From: James Simmons <jsimmons@infradead.org>
To: Andreas Dilger <adilger@whamcloud.com>,
Oleg Drokin <green@whamcloud.com>, NeilBrown <neilb@suse.de>
Cc: Serguei Smirnov <ssmirnov@whamcloud.com>,
Lustre Development List <lustre-devel@lists.lustre.org>
Subject: [lustre-devel] [PATCH 07/15] lnet: socklnd: detect link state to set fatal error on ni
Date: Wed, 7 Jul 2021 15:11:08 -0400 [thread overview]
Message-ID: <1625685076-1964-8-git-send-email-jsimmons@infradead.org> (raw)

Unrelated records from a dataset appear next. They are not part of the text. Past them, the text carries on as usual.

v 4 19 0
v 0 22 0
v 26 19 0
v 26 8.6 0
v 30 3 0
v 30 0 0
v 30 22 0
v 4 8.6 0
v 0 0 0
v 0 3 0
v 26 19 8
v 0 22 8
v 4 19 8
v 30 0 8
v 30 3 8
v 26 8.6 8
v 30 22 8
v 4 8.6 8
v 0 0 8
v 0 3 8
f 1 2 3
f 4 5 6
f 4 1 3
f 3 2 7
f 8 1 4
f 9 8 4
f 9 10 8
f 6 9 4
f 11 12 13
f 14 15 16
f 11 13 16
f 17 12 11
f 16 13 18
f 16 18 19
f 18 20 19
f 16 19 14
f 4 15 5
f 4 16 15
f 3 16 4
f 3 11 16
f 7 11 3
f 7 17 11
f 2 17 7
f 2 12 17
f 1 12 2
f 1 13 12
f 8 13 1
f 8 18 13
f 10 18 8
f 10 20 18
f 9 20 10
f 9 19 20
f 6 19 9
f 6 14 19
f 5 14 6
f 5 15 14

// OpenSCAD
$fn = 32;

// ----------------------------------------------------------------------
// Key bar: dovetail key, 8 mm thick
// ----------------------------------------------------------------------

// --- parameters (mm) ---
profile_height = 8;       // extrusion height
profile_points = 10;      // points of the closed outline

profile = [[0, 0], [30, 0], [30, 3], [26, 8.6], [26, 19], [30, 22], [0, 22], [4, 19], [4, 8.6], [0, 3]];  // single closed polygon, 10 points, counter clockwise

// --- the one profile operation ---
linear_extrude(height = profile_height) polygon(points = profile);
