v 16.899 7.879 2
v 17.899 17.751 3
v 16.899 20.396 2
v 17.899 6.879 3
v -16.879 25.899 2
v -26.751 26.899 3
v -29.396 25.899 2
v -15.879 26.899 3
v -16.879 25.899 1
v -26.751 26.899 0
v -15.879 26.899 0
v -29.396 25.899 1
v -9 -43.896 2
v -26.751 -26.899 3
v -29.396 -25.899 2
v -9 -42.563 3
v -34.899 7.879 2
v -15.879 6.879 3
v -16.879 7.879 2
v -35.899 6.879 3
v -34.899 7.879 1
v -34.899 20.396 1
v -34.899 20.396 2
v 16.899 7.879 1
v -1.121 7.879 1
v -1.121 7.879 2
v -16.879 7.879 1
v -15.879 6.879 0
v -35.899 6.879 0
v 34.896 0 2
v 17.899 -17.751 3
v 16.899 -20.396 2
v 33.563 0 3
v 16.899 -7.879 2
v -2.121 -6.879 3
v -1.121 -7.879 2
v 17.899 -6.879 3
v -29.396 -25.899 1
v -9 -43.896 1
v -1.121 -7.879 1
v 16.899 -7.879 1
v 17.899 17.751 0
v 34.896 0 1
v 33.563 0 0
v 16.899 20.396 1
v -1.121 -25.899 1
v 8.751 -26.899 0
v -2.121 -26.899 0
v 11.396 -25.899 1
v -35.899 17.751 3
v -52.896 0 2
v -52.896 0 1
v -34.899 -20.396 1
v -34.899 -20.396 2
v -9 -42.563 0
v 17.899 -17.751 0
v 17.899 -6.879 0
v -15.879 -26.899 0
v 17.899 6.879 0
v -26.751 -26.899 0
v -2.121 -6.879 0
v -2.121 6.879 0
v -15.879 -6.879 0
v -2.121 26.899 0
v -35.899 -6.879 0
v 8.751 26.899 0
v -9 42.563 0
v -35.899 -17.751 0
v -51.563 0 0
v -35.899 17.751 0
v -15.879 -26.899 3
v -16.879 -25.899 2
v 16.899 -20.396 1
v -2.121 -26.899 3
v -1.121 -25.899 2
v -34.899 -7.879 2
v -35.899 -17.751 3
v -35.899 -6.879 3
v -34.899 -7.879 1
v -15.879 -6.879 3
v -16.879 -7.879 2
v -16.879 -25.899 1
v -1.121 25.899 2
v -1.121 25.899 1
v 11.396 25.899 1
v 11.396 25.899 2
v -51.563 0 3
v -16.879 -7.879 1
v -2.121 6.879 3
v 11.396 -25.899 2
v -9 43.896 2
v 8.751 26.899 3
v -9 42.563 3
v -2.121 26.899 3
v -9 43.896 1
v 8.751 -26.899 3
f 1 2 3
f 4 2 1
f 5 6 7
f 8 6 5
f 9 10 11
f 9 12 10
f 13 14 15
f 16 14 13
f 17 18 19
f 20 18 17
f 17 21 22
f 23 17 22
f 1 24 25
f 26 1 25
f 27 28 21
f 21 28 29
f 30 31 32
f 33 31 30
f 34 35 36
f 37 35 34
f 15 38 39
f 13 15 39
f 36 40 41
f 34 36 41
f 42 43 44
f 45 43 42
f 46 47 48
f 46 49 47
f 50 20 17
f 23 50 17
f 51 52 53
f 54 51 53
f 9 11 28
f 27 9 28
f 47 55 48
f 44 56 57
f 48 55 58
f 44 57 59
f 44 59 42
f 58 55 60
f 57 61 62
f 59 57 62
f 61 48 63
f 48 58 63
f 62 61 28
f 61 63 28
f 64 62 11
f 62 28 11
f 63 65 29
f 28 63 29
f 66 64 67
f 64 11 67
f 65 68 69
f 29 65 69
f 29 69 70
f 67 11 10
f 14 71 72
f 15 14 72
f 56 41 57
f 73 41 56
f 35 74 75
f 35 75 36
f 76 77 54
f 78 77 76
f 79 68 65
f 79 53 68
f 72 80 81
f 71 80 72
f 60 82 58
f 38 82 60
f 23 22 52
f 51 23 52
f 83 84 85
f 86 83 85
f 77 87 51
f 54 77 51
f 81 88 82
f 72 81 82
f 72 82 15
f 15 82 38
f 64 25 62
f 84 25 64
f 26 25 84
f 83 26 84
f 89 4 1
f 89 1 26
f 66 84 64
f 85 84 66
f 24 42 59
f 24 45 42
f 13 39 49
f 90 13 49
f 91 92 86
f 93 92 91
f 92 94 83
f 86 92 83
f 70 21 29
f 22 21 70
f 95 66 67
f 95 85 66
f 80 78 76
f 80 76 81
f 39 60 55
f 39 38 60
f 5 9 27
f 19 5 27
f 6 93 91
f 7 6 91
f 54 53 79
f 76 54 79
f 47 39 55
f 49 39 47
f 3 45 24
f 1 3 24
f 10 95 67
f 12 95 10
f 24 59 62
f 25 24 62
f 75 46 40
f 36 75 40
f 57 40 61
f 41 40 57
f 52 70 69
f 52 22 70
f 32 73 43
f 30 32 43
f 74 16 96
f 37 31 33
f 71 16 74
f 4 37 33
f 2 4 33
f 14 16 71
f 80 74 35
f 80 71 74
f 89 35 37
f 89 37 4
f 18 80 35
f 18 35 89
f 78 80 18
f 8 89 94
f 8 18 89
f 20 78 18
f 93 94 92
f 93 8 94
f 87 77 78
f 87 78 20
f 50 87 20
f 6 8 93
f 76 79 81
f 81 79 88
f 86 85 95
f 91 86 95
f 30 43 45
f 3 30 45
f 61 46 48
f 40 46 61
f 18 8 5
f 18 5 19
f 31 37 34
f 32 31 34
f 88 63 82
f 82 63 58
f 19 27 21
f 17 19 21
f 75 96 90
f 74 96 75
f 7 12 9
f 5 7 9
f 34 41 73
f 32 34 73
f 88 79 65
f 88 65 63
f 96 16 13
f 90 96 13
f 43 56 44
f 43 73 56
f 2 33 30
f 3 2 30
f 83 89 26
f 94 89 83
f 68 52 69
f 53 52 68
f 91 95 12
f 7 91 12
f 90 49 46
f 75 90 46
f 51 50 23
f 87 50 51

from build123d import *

# Parameters (mm, degrees)
PAD_DEPTH                = 3
CHAMFER_SIZE             = 1
CHAMFER001_SIZE          = 1
BODY001_PLACEMENT_ANGLE  = 90
CLONE001_PLACEMENT_ANGLE = 90
BODY002_PLACEMENT_ANGLE  = 270
CLONE002_PLACEMENT_ANGLE = 270
BODY003_PLACEMENT_ANGLE  = 180


with BuildPart() as body:
    # Sketch → Pad (new body)
    with BuildSketch(Plane.XY):
        Polygon((-16.899492, 7.879108), (-16.899492, -7.879108), (16.899492, -7.879108), (16.899492, -20.39575), (34.896271, 0), (16.899492, 20.39575), (16.899492, 7.879108), align=None)
    extrude(amount=PAD_DEPTH)

    # Chamfer
    chamfer_edges = [body.edges().sort_by_distance(p)[0] for p in [
        (-16.899492, 0, 3),
        (0, -7.879108, 3),
        (16.899492, -14.137429, 3),
        (25.897881, -10.197875, 3),
        (25.897881, 10.197875, 3),
        (16.899492, 14.137429, 3),
        (0, 7.879108, 3),
    ]]
    chamfer(chamfer_edges, length=CHAMFER_SIZE)

    # Chamfer001
    chamfer001_edges = [body.edges().sort_by_distance(p)[0] for p in [
        (-16.899492, 0, 0),
        (0, -7.879108, 0),
        (16.899492, -14.137429, 0),
        (25.897881, -10.197875, 0),
        (25.897881, 10.197875, 0),
        (16.899492, 14.137429, 0),
        (0, 7.879108, 0),
    ]]
    chamfer(chamfer001_edges, length=CHAMFER001_SIZE)


with BuildPart() as body001:
    # Body001 base: copy of Body
    add(body.part)


with BuildPart() as body001_1:
    # Body001 placement: moved
    add(body001.part.moved(Location((-9, 9, 0))).rotate(Axis((-9, 9, 0), (0, 0, 1)), BODY001_PLACEMENT_ANGLE))


with BuildPart() as body002:
    # Body002 base: copy of Body001
    add(body001_1.part)


with BuildPart() as body002_1:
    # Clone001 placement: moved
    add(body002.part.moved(Location((-9, -9, 0))).rotate(Axis((-9, -9, 0), (0, 0, -1)), CLONE001_PLACEMENT_ANGLE))


with BuildPart() as body002_2:
    # Body002 placement: moved
    add(body002_1.part.moved(Location((-9, -9, 0))).rotate(Axis((-9, -9, 0), (0, 0, 1)), BODY002_PLACEMENT_ANGLE))


with BuildPart() as body003:
    # Body003 base: copy of Body002
    add(body002_2.part)


with BuildPart() as body003_1:
    # Clone002 placement: moved
    add(body003.part.moved(Location((-9, 9, 0))).rotate(Axis((-9, 9, 0), (0, 0, -1)), CLONE002_PLACEMENT_ANGLE))


with BuildPart() as body003_2:
    # Body003 placement: moved
    add(body003_1.part.moved(Location((-18, 0, 0))).rotate(Axis((-18, 0, 0), (0, 0, 1)), BODY003_PLACEMENT_ANGLE))


with BuildPart() as fusion:
    # Fusion base: copy of Body
    add(body.part)

    # Fusion: union Body001, Body002, Body003
    add(body001_1.part)
    add(body002_2.part)
    add(body003_2.part)


solid = fusion.part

In-Reply-To: <1625685076-1964-1-git-send-email-jsimmons@infradead.org>
From: Serguei Smirnov <ssmirnov@whamcloud.com>
To help avoid selecting lnet ni which corresponds to a downed
ethernet link for sending, add a mechanism for detecting link
events in socklnd. On link up/down events, find corresponding
ni and toggle ni_fatal_error_on flag, similar to o2iblnd way.
WC-bug-id: https://jira.whamcloud.com/browse/LU-14742
Lustre-commit: fc2df80e96dc5db9f ("LU-14742 socklnd: detect link state to set fatal error on ni")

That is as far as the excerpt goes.